Department of Data Analysis and Artificial Intelligence, Faculty of Computer Science, National Research University Higher School of Economics (HSE), 11 Pokrovsky Boulevard, Moscow 109028, Russian Federation.
J Proteome Res. 2020 Apr 3;19(4):1481-1490. doi: 10.1021/acs.jproteome.9b00736. Epub 2020 Mar 25.

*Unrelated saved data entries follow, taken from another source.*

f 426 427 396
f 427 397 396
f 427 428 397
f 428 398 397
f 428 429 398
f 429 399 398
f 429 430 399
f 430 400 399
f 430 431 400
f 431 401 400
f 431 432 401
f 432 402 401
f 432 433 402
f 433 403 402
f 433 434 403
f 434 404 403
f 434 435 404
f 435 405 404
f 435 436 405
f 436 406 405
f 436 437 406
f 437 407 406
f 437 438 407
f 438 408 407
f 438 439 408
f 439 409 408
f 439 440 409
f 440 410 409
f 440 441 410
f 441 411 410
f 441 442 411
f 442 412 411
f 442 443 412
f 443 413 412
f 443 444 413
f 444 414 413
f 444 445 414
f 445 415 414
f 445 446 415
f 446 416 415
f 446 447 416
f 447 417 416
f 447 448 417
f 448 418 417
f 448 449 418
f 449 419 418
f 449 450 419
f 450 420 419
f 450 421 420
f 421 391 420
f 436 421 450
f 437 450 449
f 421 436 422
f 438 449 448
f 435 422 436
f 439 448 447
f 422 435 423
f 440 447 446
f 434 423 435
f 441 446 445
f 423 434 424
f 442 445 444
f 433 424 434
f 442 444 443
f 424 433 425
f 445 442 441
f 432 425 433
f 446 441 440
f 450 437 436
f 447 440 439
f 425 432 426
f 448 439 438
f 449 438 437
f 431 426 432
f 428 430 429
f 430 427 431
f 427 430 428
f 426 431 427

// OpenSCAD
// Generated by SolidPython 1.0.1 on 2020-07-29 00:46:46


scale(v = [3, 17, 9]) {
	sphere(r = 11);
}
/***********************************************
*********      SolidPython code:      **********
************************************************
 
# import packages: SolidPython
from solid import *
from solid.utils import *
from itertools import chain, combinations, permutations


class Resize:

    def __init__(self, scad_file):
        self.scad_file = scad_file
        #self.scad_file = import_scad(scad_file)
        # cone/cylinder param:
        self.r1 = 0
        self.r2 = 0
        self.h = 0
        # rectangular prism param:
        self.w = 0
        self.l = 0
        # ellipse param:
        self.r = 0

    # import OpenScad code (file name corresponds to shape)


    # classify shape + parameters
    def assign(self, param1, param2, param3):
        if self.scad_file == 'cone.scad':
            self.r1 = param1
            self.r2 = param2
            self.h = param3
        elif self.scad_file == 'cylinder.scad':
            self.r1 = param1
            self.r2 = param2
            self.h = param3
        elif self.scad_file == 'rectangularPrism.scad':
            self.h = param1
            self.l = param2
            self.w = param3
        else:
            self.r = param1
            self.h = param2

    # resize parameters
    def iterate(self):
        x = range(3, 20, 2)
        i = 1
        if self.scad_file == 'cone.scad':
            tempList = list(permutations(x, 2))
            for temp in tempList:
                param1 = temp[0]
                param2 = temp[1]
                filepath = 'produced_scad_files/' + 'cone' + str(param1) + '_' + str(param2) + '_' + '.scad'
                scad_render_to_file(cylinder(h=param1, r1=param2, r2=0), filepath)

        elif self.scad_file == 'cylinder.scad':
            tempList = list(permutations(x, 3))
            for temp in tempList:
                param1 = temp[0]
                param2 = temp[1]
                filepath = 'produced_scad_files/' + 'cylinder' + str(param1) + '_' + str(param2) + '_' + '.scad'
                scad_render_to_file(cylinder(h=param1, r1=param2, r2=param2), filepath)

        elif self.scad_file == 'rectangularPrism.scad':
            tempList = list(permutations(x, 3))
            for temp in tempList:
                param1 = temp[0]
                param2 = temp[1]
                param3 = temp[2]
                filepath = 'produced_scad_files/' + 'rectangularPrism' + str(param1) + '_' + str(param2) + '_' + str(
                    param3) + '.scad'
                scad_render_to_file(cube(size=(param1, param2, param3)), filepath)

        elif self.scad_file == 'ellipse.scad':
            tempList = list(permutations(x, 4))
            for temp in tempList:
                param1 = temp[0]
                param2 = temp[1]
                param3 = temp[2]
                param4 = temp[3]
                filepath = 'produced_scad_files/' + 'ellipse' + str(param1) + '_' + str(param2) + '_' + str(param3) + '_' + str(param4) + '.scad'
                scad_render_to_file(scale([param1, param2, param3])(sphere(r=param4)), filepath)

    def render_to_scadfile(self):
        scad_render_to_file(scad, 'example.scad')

Peptide-spectrum-match (PSM) scores used in database searching are calibrated to spectrum- or spectrum-peptide-specific null distributions. Some calibration methods rely on specific assumptions and use analytical models (e.g., binomial distributions), whereas other methods utilize exact empirical null distributions. The former may be inaccurate because of unjustified assumptions, while the latter are accurate, albeit computationally exhaustive. Here, we introduce a novel, nonparametric, heuristic PSM score calibration method, called Tailor, which calibrates PSM scores by dividing them with the top 100-quantile of the empirical, spectrum-specific null distributions (i.e., the score with an associated -value of 0.01 at the tail, hence the name) observed during database searching. Tailor does not require any optimization steps or long calculations; it does not rely on any assumptions on the form of the score distribution (i.e., if it is, e.g., binomial); however, it relies on our empirical observation that the mean and the variance of the null distributions are correlated. In our benchmark, we re-calibrated the match scores of XCorr from Crux, HyperScore scores from X!Tandem, and the -values from OMSSA with the Tailor method and obtained more spectrum annotations than with raw scores at any false discovery rate level. Moreover, Tailor provided slightly more annotations than -values of X!Tandem and OMSSA and approached the performance of the computationally exhaustive exact -value method for XCorr on spectrum data sets containing low-resolution fragmentation information (MS2) around 20-150 times faster. On high-resolution MS2 data sets, the Tailor method with XCorr achieved state-of-the-art performance and produced more annotations than the well-calibrated residue-evidence (Res-ev) score around 50-80 times faster.
肽段谱匹配(PSM)分数在数据库搜索中经过校准,以与谱或谱肽特定的零分布相匹配。一些校准方法依赖于特定的假设,并使用分析模型(例如二项式分布),而其他方法则利用精确的经验零分布。前者可能由于不合理的假设而不准确,而后者则是准确的,尽管计算量很大。在这里,我们引入了一种新的、非参数的启发式 PSM 分数校准方法,称为 Tailor,它通过将 PSM 分数除以数据库搜索过程中观察到的经验、谱特异性零分布的前 100 分位数(即,与 0.01 的关联分数值在尾部,因此得名)来校准 PSM 分数。Tailor 不需要任何优化步骤或长时间的计算;它不依赖于分数分布形式的任何假设(即,如果它是例如二项式);然而,它依赖于我们的经验观察,即零分布的均值和方差是相关的。在我们的基准测试中,我们使用 Tailor 方法重新校准了来自 Crux 的 XCorr 的匹配分数、来自 X!Tandem 的 HyperScore 分数和来自 OMSSA 的 -值,并在任何错误发现率水平下获得了比原始分数更多的谱注释。此外,Tailor 提供的注释比 X!Tandem 和 OMSSA 的 -值略多,并且在包含低分辨率碎片化信息(MS2)的谱数据集上接近计算量极大的精确 -值方法的性能,速度快 20-150 倍左右。在高分辨率 MS2 数据集上,带有 XCorr 的 Tailor 方法实现了最先进的性能,并在大约 50-80 倍的速度内比经过良好校准的残基证据(Res-ev)分数产生了更多的注释。